BRIEF:
When the word "through" appears in a line of the data below, list that line.

INFORMATION GIVEN:

━━━━━━━━━━━━━━━━━━━━━━━━━━━━━━

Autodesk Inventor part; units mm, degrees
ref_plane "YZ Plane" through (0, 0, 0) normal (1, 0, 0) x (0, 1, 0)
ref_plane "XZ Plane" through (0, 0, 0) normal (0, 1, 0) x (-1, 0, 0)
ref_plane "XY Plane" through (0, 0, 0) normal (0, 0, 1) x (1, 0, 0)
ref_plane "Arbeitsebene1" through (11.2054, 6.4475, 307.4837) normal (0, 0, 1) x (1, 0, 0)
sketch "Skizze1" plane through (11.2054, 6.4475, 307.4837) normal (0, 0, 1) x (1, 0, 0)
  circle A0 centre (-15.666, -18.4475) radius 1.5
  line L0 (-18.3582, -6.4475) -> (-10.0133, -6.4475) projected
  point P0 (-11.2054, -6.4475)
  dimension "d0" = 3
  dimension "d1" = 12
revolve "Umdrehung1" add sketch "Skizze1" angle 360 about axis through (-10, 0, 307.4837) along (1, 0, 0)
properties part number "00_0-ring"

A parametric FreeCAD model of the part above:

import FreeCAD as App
import Part
import Sketcher

V = App.Vector

doc = App.newDocument("Part")
params = doc.addObject("Spreadsheet::Sheet", "Params")
for row, (alias, value) in enumerate([
    ("sketch1_diameter", "3 mm"),
    ("revolution_angle", "360 deg"),
], start=1):
    params.set(f"A{row}", alias)
    params.set(f"B{row}", "=" + value)
    params.setAlias(f"B{row}", alias)

body = doc.addObject("PartDesign::Body", "Body")

# Sketch on XY plane
sketch1 = body.newObject("Sketcher::SketchObject", "Sketch")
sketch1.AttachmentSupport = (doc.getObject("XY_Plane"), [""])
sketch1.MapMode = "FlatFace"
sketch1.AttachmentOffset = App.Placement(V(0, 0, 307.4837), App.Rotation())
sketch1.addGeometry(Part.Circle(V(-4.5, -12, 0), V(0, 0, 1), 1.5), False)
sketch1.addConstraint([
    Sketcher.Constraint("Diameter", 0, 3.0),
    Sketcher.Constraint("DistanceY", 0, 3, -1, 1, 12.0),
    Sketcher.Constraint("DistanceX", 0, 3, -1, 1, 4.4606),
])
sketch1.setExpression("Constraints[0]", "Params.sketch1_diameter")
revolution = body.newObject("PartDesign::Revolution", "Revolution")
revolution.Profile = sketch1
revolution.ReferenceAxis = (sketch1, ["H_Axis"])
revolution.setExpression("Angle", "Params.revolution_angle")

doc.recompute()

━━━━━━━━━━━━━━━━━━━━━━━━━━━━━━

RESULT OF THE EXERCISE:
ref_plane "YZ Plane" through (0, 0, 0) normal (1, 0, 0) x (0, 1, 0)
ref_plane "XZ Plane" through (0, 0, 0) normal (0, 1, 0) x (-1, 0, 0)
ref_plane "XY Plane" through (0, 0, 0) normal (0, 0, 1) x (1, 0, 0)
ref_plane "Arbeitsebene1" through (11.2054, 6.4475, 307.4837) normal (0, 0, 1) x (1, 0, 0)
sketch "Skizze1" plane through (11.2054, 6.4475, 307.4837) normal (0, 0, 1) x (1, 0, 0)
revolve "Umdrehung1" add sketch "Skizze1" angle 360 about axis through (-10, 0, 307.4837) along (1, 0, 0)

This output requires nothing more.